- [What is needed] Up through the line that contains "f 238 237 231", retype the entries exactly, beginning at the very first line.

··· Records for the task

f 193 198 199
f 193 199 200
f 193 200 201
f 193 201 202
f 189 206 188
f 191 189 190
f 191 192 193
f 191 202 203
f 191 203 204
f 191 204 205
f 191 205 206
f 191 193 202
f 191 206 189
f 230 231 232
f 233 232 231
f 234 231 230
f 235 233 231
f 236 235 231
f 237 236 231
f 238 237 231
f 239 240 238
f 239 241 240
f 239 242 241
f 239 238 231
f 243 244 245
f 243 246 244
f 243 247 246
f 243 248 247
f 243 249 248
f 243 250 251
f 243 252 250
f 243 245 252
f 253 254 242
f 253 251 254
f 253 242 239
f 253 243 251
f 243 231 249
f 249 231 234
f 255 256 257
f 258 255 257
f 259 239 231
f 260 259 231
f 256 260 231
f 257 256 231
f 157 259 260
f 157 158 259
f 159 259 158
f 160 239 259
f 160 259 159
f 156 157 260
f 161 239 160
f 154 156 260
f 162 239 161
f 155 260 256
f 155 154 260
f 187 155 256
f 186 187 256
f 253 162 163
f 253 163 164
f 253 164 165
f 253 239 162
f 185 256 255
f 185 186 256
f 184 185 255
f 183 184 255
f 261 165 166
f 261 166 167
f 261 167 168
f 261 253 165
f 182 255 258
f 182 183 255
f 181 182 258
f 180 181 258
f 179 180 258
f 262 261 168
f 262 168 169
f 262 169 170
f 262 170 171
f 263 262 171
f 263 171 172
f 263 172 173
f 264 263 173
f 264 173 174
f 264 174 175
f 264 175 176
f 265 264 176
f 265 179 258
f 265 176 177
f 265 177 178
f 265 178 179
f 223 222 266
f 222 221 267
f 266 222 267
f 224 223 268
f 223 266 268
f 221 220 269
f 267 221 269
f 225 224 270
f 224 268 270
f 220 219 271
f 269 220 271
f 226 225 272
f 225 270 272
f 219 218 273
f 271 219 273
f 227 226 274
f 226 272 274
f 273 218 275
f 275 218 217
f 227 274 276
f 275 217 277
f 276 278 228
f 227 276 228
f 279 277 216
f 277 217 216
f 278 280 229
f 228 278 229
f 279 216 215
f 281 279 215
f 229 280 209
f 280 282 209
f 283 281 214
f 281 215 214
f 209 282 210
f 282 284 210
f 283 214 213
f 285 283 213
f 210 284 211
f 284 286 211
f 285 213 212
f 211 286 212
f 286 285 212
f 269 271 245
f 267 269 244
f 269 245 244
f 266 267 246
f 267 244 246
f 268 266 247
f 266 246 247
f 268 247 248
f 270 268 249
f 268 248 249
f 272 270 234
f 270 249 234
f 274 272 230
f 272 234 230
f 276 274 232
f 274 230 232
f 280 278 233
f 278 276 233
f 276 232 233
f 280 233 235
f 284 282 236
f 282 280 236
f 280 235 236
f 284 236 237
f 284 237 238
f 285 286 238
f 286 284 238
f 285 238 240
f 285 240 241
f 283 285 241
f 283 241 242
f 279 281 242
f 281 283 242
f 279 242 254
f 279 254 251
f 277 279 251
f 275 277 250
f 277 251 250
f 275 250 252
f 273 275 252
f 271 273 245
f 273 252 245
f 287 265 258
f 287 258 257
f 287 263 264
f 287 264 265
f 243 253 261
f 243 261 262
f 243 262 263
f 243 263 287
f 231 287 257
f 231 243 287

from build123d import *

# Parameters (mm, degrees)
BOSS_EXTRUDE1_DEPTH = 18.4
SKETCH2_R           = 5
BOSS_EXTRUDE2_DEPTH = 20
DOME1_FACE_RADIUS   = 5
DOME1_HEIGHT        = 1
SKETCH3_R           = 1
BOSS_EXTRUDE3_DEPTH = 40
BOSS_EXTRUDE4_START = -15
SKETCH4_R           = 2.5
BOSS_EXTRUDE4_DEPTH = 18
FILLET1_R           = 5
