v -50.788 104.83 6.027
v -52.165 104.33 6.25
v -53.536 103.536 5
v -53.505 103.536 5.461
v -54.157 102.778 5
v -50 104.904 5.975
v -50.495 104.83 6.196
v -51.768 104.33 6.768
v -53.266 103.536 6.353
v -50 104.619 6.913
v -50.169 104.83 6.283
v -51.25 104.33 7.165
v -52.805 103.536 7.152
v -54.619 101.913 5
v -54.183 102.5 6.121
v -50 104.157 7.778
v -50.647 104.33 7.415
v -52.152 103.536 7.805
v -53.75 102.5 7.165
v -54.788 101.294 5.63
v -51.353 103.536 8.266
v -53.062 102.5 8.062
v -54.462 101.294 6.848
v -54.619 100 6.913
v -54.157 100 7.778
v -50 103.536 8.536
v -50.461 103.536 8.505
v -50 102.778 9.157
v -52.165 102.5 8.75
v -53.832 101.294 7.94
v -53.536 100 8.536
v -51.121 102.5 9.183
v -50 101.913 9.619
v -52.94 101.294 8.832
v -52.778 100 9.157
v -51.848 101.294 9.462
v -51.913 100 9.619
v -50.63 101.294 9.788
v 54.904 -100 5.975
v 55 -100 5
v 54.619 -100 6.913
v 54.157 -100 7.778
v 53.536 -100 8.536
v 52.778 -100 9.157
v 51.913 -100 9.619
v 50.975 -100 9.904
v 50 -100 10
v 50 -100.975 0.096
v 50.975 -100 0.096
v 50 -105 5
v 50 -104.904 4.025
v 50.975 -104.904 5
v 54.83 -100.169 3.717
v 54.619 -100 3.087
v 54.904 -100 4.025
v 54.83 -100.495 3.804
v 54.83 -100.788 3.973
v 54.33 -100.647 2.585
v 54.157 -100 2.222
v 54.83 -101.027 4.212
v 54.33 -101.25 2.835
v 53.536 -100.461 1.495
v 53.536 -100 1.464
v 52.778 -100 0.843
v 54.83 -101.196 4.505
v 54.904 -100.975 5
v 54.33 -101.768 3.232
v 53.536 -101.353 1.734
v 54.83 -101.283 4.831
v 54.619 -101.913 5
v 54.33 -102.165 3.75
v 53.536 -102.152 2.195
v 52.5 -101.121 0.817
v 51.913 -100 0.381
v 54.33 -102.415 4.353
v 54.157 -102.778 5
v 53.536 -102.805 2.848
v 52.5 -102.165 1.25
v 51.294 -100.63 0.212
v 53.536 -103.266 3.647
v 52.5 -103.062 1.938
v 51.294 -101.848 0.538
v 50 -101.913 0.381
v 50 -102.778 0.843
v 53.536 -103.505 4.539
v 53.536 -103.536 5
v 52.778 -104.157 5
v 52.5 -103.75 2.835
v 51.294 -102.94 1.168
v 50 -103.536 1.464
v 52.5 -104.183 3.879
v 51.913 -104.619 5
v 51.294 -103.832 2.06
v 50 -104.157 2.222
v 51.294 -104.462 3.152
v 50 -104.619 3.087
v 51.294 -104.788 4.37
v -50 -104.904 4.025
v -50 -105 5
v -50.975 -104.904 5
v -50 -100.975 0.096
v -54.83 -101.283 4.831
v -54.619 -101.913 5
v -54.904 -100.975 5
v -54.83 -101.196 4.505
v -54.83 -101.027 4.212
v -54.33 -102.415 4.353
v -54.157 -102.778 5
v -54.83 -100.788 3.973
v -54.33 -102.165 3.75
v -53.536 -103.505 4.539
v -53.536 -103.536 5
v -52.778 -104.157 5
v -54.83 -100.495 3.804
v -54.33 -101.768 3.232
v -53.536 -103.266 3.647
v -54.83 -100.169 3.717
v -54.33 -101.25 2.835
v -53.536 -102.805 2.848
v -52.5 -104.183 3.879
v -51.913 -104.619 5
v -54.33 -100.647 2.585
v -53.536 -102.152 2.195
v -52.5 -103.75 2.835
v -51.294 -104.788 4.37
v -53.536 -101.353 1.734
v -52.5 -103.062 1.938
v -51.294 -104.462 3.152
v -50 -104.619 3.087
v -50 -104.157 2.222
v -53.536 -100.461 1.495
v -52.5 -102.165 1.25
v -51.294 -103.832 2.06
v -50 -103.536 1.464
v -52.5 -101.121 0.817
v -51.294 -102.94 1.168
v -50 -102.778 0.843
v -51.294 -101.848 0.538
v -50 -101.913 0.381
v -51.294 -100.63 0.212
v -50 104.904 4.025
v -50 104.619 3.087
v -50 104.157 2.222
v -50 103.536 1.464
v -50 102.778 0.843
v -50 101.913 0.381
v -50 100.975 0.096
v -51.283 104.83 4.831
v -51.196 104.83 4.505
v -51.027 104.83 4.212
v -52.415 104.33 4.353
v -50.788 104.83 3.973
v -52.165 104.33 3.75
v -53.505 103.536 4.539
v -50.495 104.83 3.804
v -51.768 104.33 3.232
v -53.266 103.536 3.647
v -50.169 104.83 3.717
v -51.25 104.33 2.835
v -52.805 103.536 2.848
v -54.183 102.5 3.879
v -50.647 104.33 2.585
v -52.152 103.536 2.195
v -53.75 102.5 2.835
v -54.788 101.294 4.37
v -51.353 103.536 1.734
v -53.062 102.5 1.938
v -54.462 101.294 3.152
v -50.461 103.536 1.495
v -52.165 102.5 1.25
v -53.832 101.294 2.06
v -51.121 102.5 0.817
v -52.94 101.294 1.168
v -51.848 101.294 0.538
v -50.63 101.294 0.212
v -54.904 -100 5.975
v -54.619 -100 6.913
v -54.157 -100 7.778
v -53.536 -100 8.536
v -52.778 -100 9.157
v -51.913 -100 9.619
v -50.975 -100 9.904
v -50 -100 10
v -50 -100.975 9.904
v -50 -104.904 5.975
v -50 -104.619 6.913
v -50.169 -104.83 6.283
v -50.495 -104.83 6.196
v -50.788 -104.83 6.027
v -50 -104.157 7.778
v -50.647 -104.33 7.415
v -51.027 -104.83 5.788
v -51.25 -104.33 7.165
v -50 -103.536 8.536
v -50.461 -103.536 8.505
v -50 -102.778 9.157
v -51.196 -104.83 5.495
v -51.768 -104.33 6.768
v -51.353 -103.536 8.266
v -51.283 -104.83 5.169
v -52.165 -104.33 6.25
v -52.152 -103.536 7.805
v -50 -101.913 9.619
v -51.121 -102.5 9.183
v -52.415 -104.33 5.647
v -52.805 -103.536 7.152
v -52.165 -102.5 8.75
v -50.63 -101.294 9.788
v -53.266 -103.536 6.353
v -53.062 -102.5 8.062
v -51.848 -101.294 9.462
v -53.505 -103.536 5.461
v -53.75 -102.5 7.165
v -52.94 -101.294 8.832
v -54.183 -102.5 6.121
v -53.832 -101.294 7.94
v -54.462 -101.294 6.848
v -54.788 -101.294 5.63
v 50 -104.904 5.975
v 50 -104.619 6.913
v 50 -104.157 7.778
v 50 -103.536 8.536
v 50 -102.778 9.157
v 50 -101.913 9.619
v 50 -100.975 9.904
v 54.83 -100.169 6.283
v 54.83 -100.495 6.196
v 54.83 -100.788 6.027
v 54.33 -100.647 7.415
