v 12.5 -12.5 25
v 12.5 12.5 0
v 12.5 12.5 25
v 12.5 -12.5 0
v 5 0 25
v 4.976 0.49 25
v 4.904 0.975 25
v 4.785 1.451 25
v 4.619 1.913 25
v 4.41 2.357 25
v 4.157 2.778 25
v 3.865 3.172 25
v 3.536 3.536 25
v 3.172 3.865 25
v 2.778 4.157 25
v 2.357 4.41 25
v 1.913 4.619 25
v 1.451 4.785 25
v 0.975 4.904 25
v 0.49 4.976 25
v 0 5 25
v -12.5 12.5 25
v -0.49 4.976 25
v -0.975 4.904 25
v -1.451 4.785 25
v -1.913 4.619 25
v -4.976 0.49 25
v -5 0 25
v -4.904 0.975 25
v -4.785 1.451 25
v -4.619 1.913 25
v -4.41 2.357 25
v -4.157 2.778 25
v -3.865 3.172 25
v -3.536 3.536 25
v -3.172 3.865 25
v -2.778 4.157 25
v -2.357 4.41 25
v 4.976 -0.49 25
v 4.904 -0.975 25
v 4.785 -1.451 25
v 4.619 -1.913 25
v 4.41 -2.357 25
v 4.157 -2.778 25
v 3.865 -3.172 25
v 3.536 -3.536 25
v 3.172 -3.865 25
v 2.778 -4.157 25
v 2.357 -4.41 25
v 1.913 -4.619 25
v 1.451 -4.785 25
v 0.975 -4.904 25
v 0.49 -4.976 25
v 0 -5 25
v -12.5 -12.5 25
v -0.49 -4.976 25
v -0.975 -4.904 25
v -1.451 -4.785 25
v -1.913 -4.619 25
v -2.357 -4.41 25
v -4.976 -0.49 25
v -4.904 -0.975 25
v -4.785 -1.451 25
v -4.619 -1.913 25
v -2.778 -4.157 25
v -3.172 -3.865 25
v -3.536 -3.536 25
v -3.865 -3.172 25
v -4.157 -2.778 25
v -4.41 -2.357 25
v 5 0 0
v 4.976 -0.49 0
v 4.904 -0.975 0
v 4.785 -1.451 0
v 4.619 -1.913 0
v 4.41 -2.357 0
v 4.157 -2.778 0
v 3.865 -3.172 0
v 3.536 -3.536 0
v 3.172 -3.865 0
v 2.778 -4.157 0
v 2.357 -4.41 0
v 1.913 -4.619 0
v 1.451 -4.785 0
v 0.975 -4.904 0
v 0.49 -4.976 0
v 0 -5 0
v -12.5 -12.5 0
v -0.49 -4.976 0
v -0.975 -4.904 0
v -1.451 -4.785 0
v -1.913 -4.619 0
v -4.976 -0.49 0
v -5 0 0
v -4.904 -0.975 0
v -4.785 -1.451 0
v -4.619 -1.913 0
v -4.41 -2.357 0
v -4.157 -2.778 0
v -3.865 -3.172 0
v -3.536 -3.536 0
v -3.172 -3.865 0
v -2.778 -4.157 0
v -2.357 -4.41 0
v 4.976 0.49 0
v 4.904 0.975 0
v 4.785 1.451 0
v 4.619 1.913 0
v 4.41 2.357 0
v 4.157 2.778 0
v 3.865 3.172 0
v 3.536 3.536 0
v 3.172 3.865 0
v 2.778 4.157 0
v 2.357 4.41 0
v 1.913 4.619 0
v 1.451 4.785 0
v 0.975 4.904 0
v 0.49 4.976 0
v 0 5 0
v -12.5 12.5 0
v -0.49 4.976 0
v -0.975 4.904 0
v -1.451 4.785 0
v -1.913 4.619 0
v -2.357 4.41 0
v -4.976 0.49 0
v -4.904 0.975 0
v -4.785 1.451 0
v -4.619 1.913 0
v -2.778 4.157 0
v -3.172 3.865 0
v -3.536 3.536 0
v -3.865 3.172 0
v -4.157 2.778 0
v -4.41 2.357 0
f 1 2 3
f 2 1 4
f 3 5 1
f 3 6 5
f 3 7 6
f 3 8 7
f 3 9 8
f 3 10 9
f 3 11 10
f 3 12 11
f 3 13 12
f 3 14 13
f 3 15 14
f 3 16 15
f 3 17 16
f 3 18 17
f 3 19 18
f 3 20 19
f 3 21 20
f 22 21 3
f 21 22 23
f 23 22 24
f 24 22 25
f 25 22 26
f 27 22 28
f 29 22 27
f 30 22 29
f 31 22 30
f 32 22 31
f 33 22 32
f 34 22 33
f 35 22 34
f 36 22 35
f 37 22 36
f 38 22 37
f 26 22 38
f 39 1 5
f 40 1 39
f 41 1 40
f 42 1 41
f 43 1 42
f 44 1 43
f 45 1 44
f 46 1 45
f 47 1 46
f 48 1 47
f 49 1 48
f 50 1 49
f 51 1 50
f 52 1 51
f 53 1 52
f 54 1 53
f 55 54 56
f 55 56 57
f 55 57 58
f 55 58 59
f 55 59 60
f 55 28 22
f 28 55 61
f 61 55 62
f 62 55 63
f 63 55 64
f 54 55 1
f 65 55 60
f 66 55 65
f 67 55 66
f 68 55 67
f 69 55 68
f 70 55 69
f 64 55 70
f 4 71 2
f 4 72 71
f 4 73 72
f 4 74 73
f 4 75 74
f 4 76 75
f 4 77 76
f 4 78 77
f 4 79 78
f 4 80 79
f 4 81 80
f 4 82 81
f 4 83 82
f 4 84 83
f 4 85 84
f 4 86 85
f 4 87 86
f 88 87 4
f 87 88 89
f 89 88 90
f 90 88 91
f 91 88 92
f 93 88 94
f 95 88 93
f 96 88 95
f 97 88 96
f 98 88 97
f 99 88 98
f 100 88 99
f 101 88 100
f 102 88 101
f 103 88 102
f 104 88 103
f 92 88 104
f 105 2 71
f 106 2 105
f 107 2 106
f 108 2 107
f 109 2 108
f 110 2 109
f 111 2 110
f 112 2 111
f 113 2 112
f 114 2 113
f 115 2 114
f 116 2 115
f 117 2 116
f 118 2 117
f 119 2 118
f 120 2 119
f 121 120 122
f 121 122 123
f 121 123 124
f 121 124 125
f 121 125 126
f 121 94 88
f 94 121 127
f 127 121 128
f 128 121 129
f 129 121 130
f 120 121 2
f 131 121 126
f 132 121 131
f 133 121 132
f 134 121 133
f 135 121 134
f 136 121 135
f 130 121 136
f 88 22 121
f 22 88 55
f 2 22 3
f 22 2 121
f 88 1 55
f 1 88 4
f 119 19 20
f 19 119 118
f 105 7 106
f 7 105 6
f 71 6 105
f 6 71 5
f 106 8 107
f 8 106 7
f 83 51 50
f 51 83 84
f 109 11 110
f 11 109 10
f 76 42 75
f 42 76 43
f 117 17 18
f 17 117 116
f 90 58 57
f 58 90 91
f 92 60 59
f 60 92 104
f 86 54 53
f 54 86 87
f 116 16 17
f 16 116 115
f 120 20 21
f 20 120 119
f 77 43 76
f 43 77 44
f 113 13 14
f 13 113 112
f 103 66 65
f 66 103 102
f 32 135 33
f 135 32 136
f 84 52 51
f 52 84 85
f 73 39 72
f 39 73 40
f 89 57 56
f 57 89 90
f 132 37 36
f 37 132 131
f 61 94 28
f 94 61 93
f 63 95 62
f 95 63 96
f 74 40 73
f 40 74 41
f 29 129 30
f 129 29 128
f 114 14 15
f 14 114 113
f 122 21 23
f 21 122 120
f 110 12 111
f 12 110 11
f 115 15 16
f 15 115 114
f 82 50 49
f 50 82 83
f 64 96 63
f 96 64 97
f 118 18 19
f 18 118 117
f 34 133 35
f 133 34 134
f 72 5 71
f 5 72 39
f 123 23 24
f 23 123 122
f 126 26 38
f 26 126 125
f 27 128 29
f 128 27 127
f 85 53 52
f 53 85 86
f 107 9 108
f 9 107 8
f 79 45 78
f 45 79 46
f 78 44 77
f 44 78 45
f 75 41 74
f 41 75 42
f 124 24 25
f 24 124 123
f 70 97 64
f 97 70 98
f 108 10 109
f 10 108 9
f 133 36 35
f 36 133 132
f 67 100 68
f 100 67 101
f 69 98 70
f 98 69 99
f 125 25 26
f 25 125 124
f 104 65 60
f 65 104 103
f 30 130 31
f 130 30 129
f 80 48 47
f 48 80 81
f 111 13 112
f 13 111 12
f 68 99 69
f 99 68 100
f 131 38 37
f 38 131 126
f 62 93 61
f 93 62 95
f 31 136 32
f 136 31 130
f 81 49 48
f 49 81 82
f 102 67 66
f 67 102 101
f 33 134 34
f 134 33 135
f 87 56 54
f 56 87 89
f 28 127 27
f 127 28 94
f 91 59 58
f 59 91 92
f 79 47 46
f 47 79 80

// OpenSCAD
/* [Dimensions] */
// Edge length of the cube
cube_size = 25; // [10:100]
// Diameter of the vertical through-hole
hole_diameter = 10; // [2:0.5:20]
// Chamfer size on the top edges
chamfer = 2; // [0:0.5:5]

/* [Quality] */
// Global curve resolution
$fn = 64;

// Derived values
hole_radius = hole_diameter / 2;
// Side length of the 45-degree edge cutter (gives a chamfer leg of `chamfer`)
cutter_side = chamfer * sqrt(2);
cutter_len = cube_size + 2; // extend past the faces

difference() {
    // Cube sitting on the build plate, centered in X/Y
    translate([0, 0, cube_size / 2])
        cube(cube_size, center = true);

    // Vertical through-hole, extended past both faces
    translate([0, 0, -0.5])
        cylinder(h = cube_size + 1, r = hole_radius);

    // 45-degree chamfer cutters along the four top edges
    if (chamfer > 0)
        for (a = [0, 90, 180, 270])
            rotate([0, 0, a])
                translate([cube_size / 2, 0, cube_size])
                    rotate([0, 0, 0])
                        rotate([45, 0, 0])
                            rotate([0, 0, 0])
                                cube([0.01, 0, 0]); // placeholder (replaced below)
}

// NOTE: placeholder above is invalid — see corrected version below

······

- [Answer to this exercise]
f 193 198 199
f 193 199 200
f 193 200 201
f 193 201 202
f 189 206 188
f 191 189 190
f 191 192 193
f 191 202 203
f 191 203 204
f 191 204 205
f 191 205 206
f 191 193 202
f 191 206 189
f 230 231 232
f 233 232 231
f 234 231 230
f 235 233 231
f 236 235 231
f 237 236 231
f 238 237 231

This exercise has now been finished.